SciK-Health: an open-data dashboard for the multidimensional evaluation of Italian academic health science centers
摘要
Academic Health Science Centers (AHSCs) integrate research, education, and clinical care within complex organizational settings, making performance assessment inherently multidimensional. Traditional evaluation approaches based on single-source bibliometric data provide only a partial representation of this complexity, failing to capture the full translational spectrum from basic research to clinical application and societal impact. This paper presents SciK-Health, an integrated knowledge management platform designed to transform heterogeneous research data into actionable insights for multiple stakeholders. The platform addresses three key challenges: fragmentation across data sources, institutional heterogeneity requiring standardized metrics, and differentiated user needs. Methodologically, it implements a transparent three-stage workflow integrating OpenAlex (publications), Dimensions (clinical trials, patents, grants, datasets), and Altmetric (social impact), using Research Organization Registry identifiers and DOI-based cross-linking. The system operationalizes over 140 standardized indicators across five dimensions: bibliometric impact, social engagement, industrial innovation, clinical research activity, and competitive funding success. Applied to 49 Italian public AHSCs, SciK-Health adopts a user-centered design serving distinct audiences: citizens accessing institutional expertise, clinical managers supporting strategic monitoring, and policy makers conducting portfolio-level analyses.
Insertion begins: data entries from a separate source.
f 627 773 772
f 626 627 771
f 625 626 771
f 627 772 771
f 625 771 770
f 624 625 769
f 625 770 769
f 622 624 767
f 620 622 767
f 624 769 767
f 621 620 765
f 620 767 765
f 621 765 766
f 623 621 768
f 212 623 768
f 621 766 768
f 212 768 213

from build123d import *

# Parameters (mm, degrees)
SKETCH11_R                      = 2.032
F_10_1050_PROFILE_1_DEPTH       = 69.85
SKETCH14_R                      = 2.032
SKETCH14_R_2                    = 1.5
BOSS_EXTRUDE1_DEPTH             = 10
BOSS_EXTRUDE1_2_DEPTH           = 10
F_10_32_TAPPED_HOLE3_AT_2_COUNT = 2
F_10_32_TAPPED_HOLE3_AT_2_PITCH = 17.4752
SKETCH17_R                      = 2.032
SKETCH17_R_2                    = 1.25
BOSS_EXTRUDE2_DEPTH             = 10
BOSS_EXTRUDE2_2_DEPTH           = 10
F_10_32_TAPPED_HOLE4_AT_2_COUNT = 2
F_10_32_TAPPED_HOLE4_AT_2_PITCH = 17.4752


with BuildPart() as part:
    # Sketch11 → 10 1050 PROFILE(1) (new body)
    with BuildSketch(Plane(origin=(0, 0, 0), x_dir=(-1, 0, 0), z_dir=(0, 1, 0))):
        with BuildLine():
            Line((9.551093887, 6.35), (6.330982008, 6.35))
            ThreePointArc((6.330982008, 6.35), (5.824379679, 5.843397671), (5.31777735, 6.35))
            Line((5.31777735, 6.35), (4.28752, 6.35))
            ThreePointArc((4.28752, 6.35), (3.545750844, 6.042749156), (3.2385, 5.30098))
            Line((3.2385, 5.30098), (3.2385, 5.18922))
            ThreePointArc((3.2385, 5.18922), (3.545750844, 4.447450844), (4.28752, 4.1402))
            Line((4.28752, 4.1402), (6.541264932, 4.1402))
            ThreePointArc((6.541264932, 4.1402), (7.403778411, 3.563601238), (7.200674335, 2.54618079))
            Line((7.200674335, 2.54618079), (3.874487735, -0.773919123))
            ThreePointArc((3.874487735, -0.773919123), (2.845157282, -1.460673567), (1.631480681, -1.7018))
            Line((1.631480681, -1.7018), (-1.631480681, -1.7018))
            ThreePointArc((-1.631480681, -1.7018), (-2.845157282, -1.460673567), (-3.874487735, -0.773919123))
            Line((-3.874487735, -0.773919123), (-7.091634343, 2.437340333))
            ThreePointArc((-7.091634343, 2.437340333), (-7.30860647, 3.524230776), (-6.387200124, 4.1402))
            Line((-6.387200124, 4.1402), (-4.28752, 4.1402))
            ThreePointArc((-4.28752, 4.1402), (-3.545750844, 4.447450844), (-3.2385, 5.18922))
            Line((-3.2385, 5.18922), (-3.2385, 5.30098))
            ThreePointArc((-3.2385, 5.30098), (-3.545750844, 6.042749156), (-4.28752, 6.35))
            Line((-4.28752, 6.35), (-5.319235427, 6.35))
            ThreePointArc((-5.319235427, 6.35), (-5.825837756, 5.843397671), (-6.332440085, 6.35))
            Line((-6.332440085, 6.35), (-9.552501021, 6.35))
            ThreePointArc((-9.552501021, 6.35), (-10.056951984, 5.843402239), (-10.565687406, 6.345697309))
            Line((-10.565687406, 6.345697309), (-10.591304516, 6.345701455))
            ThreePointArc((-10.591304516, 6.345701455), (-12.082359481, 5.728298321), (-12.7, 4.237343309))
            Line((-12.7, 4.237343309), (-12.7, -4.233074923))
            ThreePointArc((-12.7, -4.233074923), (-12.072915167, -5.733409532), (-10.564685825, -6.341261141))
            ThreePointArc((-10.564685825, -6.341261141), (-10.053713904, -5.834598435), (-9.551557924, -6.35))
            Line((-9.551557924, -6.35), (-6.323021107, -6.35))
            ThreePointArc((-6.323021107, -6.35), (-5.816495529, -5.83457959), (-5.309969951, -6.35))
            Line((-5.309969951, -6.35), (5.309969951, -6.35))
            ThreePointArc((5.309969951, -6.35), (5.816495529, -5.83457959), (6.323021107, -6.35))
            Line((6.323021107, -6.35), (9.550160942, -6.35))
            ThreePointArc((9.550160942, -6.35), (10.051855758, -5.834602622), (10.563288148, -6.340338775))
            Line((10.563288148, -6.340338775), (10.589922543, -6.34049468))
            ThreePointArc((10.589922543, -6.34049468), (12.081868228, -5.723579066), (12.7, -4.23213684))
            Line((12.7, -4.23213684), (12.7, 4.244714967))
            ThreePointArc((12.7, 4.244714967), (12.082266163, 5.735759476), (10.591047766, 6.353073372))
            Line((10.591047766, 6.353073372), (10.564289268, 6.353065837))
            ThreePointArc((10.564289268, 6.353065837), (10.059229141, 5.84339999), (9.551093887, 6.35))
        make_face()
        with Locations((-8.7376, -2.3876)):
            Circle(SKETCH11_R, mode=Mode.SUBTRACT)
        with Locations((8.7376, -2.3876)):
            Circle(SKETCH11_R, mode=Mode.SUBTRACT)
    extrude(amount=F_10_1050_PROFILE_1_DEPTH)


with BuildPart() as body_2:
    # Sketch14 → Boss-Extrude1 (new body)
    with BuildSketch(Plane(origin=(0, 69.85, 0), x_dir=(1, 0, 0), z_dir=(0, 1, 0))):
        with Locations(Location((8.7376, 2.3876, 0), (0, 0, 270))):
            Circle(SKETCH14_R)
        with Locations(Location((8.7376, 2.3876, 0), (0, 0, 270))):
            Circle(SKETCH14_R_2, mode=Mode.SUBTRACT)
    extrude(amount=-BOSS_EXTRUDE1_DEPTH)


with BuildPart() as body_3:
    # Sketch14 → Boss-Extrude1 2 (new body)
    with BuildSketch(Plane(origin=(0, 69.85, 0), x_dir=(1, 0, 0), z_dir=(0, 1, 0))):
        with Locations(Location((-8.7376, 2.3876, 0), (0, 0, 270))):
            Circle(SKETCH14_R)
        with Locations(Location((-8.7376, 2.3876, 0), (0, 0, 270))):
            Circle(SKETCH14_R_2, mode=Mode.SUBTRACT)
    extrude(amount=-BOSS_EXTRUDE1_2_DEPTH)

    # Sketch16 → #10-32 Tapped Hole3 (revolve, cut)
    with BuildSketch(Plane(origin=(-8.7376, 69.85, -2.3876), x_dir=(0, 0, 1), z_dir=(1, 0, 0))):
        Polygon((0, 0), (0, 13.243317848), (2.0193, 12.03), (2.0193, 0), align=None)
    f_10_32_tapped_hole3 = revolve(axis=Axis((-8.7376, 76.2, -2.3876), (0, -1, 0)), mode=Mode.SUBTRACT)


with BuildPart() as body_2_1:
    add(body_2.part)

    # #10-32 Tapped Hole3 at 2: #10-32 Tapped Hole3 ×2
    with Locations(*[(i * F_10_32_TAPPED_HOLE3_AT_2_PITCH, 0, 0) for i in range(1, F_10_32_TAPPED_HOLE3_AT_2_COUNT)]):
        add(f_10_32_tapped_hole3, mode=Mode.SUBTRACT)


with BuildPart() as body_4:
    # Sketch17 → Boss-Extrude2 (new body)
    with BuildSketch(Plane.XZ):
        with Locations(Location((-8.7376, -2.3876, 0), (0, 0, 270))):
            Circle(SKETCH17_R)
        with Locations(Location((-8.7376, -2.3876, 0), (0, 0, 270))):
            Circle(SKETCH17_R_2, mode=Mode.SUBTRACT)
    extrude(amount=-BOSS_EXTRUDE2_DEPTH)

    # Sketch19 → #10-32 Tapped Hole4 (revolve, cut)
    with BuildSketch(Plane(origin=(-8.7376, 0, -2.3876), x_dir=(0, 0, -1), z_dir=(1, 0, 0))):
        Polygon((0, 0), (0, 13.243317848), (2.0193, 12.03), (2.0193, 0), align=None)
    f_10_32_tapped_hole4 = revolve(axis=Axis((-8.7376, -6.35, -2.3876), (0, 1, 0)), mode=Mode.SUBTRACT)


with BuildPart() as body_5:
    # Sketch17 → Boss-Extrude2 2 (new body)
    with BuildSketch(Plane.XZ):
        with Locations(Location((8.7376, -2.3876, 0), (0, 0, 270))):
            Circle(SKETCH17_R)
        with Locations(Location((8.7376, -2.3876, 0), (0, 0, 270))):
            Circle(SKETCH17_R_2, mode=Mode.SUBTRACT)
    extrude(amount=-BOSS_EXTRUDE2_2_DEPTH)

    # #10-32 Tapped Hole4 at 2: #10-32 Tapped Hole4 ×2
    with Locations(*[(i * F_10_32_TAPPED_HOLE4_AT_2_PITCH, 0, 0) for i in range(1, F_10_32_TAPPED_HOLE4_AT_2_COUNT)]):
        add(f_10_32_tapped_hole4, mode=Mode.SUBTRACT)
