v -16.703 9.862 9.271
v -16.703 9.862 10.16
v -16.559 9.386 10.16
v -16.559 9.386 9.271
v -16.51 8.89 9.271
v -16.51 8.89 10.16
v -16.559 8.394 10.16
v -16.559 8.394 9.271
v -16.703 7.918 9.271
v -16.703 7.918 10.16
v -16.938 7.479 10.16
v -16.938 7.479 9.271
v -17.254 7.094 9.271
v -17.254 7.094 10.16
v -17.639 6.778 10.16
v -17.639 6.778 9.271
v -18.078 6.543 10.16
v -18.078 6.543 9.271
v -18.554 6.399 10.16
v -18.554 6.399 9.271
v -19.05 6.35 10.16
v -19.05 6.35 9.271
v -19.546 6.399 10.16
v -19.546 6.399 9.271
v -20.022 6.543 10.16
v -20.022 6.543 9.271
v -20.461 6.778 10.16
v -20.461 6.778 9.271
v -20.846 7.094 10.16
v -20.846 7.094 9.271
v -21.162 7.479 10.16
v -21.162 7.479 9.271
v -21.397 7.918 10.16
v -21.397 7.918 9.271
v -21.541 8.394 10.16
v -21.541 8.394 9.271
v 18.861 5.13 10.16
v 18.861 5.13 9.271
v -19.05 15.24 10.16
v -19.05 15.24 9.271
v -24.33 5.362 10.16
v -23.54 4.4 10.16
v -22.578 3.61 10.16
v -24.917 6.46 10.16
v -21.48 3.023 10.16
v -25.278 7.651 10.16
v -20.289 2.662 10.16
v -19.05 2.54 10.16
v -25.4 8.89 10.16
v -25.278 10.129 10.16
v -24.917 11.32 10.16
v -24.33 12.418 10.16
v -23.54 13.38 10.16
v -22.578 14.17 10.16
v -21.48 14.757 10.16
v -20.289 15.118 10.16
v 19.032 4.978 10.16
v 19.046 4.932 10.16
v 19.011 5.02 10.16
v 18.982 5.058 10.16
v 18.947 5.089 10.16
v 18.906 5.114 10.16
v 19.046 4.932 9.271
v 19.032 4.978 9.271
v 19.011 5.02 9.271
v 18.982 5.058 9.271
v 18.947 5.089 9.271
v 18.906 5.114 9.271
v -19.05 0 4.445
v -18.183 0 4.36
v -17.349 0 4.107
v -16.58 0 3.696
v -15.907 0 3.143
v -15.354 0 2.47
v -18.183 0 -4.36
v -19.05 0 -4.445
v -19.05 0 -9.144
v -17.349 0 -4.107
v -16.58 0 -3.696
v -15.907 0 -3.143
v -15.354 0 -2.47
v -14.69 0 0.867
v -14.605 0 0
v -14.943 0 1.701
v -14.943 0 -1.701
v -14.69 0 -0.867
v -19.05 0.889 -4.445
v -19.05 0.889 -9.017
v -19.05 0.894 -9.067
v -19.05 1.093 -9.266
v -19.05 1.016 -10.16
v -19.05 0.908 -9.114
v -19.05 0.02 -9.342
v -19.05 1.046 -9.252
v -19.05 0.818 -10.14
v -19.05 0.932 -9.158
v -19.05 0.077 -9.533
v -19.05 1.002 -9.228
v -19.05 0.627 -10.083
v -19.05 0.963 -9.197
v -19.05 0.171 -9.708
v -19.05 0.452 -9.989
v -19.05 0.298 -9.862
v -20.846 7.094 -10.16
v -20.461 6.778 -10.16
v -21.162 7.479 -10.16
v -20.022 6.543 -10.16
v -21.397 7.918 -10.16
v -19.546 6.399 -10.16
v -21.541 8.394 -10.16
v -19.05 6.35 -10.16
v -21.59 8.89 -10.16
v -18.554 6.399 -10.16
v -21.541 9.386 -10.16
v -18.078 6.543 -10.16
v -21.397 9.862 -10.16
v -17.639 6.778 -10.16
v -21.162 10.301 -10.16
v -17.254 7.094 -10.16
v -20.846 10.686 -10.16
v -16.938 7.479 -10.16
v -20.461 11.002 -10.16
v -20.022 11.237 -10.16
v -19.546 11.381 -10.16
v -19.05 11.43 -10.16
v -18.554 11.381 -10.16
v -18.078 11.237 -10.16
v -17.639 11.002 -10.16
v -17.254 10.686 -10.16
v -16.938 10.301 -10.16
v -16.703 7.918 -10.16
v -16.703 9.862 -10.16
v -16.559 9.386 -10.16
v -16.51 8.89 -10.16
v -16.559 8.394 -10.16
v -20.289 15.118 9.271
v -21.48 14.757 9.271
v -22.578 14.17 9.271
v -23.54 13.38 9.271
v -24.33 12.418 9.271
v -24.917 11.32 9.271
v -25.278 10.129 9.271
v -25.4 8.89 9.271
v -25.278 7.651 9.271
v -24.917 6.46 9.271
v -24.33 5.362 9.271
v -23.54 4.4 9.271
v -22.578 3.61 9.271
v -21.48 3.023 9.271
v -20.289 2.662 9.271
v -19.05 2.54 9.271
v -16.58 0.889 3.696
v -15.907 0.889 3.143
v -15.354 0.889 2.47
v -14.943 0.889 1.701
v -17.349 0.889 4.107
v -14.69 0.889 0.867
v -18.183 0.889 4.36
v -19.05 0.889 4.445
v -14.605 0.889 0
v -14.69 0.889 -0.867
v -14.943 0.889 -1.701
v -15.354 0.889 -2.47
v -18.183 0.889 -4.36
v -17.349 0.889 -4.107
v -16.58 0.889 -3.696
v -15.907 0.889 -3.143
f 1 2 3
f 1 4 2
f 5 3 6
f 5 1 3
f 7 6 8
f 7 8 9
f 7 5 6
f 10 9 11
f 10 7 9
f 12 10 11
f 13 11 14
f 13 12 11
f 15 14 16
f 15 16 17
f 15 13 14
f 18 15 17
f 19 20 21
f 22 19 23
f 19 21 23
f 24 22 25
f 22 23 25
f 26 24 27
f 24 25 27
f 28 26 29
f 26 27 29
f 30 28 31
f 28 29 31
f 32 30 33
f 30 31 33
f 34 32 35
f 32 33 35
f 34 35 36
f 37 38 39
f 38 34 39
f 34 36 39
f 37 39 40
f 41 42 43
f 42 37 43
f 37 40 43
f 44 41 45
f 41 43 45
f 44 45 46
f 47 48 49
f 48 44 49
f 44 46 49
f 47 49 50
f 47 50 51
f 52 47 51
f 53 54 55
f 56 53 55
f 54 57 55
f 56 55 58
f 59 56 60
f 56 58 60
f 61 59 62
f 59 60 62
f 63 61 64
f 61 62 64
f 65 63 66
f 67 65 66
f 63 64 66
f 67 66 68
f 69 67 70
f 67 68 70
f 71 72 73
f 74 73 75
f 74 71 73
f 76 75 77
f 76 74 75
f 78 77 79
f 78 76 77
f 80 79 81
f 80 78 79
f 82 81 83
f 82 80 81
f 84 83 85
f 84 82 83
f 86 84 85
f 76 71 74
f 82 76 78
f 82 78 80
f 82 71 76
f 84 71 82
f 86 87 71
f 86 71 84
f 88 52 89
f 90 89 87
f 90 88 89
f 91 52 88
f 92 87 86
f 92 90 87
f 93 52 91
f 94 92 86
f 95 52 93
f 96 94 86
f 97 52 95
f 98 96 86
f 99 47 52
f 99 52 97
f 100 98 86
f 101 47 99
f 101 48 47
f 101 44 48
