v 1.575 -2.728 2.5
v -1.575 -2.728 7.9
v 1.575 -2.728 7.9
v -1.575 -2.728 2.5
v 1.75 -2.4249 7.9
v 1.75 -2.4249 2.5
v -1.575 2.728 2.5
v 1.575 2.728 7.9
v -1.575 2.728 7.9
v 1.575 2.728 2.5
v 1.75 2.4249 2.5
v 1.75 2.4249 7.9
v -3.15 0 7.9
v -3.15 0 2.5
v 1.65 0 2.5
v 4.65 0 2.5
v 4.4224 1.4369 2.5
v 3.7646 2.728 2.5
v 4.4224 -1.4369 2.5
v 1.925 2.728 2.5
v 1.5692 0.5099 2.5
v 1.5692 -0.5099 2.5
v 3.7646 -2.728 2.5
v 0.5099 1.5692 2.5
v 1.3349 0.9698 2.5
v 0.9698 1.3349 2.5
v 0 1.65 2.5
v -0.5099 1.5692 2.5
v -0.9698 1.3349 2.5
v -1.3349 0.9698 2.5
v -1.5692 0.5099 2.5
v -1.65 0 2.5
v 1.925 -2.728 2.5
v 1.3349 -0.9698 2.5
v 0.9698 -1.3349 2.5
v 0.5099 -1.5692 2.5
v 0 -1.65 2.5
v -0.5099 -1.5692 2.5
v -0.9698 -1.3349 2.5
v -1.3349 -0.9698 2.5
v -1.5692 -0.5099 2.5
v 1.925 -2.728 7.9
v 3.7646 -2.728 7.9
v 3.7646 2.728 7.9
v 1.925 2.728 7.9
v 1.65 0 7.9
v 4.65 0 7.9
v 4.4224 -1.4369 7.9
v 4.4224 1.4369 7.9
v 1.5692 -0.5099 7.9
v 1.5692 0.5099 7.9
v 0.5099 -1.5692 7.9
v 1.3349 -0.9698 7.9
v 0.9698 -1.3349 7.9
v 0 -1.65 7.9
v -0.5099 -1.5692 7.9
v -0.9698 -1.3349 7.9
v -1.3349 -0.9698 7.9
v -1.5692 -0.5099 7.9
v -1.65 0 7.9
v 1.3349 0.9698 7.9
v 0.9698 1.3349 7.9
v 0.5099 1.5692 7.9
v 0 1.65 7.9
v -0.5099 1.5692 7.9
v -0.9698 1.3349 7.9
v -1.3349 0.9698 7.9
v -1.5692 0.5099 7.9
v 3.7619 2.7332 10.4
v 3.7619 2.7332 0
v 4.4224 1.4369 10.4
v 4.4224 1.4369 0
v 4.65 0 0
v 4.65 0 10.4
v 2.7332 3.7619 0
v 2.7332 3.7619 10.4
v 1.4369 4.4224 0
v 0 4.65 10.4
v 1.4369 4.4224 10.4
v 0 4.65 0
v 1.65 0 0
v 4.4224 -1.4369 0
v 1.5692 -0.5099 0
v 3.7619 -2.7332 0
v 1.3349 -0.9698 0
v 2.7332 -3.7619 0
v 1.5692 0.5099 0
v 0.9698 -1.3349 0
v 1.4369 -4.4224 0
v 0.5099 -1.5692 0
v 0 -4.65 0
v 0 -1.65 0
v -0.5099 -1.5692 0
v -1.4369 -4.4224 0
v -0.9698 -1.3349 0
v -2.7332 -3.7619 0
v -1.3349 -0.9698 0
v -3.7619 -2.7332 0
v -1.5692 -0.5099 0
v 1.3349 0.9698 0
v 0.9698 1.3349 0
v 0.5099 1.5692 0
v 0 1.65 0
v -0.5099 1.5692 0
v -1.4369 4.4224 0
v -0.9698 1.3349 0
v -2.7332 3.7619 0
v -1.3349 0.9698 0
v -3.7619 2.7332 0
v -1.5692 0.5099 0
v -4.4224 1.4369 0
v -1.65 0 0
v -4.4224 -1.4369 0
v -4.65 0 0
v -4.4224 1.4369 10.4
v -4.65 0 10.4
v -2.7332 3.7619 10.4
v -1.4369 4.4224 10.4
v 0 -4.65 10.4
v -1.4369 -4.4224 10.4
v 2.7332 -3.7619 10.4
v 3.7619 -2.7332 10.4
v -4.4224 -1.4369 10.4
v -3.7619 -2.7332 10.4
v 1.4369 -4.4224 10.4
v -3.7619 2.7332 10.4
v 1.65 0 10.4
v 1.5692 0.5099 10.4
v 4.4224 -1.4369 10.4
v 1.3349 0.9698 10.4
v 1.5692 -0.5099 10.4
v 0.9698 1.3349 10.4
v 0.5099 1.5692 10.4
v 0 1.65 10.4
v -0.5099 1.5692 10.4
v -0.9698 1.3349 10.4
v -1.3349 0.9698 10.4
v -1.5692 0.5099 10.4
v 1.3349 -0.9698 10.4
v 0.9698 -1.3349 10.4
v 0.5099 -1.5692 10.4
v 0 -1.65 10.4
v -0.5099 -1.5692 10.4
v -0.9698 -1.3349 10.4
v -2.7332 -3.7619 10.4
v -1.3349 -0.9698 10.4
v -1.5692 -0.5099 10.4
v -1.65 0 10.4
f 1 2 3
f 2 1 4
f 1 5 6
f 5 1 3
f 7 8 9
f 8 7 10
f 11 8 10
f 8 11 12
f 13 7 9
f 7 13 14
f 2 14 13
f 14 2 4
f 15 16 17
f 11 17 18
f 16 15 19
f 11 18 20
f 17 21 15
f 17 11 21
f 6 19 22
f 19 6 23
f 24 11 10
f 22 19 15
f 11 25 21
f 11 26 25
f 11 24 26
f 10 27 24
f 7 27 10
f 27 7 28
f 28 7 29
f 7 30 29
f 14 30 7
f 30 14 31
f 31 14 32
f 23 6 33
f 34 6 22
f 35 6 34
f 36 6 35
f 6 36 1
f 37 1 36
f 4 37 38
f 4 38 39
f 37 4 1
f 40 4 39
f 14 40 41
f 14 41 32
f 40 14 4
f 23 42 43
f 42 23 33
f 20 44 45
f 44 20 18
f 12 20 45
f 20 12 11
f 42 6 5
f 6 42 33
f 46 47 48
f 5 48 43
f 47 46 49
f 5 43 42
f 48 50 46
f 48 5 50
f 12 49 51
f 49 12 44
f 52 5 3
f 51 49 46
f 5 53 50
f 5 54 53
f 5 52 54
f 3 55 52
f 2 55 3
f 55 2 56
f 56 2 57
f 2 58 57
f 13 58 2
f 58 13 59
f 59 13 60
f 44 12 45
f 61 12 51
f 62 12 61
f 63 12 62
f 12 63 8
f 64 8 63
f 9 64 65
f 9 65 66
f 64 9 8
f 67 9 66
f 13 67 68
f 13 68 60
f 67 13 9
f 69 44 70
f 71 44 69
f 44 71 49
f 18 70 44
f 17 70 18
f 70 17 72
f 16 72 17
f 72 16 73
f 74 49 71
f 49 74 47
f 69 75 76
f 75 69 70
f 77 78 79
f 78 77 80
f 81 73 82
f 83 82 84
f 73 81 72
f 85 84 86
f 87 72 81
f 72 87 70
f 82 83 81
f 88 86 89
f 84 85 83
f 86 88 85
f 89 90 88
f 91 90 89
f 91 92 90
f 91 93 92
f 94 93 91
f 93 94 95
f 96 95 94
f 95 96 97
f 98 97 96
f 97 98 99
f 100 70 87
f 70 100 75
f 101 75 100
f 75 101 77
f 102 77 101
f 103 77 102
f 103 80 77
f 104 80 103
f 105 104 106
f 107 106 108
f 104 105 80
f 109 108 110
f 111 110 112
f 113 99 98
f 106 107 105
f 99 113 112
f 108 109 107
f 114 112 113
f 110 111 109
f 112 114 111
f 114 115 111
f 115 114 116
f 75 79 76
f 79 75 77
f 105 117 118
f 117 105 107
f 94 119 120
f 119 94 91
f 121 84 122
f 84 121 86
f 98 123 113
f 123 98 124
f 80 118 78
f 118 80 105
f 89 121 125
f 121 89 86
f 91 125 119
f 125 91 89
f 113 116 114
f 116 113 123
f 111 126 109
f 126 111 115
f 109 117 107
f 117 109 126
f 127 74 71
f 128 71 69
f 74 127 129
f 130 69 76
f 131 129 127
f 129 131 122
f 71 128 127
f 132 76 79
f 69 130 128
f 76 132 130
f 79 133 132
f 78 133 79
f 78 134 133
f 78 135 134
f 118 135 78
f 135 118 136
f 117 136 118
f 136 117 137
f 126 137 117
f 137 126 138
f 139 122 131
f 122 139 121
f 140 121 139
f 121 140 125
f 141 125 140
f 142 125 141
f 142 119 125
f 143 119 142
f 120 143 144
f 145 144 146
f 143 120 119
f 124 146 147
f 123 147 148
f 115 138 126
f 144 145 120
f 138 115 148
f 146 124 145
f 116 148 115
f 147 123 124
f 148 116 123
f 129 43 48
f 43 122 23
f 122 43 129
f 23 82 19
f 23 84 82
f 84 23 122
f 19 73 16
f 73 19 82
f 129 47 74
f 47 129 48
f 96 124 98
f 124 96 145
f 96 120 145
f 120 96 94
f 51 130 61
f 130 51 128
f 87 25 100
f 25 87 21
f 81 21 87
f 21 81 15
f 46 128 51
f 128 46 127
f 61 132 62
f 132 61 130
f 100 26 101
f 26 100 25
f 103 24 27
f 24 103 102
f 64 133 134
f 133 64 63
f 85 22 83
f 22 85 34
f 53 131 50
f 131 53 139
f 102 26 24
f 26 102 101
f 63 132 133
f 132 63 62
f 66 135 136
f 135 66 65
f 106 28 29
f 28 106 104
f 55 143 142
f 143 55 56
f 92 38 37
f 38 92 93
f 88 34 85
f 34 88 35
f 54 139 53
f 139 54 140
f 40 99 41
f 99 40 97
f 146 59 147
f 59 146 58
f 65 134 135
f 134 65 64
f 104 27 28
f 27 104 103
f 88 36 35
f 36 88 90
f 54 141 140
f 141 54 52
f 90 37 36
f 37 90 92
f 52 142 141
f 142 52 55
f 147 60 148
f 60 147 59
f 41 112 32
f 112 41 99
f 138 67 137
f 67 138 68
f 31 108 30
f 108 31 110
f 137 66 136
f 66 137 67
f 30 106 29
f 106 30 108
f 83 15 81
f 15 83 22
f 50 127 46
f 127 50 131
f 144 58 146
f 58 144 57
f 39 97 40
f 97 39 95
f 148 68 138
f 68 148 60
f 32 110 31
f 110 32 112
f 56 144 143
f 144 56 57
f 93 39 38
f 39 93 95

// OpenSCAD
$fn = 20;
eps = 0.3;
l = 5;
s = 1.5;
nut_dia = 6.0;
nut_h = 2.4+eps;
sr = (3+eps)/2;

r = (nut_dia + eps) / 2;
or = r + s;
h = l + 2* nut_h;
difference(){
    cylinder(h,or,or);
    cylinder(h,sr,sr);
    translate([0,0,h/2-nut_h]) {cylinder(nut_h+0.1,r,r, $fn=6); translate([r/0.9,0,0]) cylinder(nut_h+0.1,r,r, $fn=6);} 
    translate([0,0,h/2]){ cylinder(nut_h,r,r, $fn=6); translate([r/0.9,0,0]) cylinder(nut_h,r,r, $fn=6);} 
}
Empirical results highlight substantial institutional heterogeneity and show that single-source bibliometric approaches provide a systematically incomplete assessment of performance. Relative to existing platforms (SciVal, InCites, CWTS Leiden Open Edition), SciK-Health contributes a fully open-data infrastructure, multi-output integration, and a citizen-oriented LLM-assisted search interface. While the methodological framework is transferable, cross-national application requires substantial adaptation of data sources, institutional taxonomies, and indicator systems.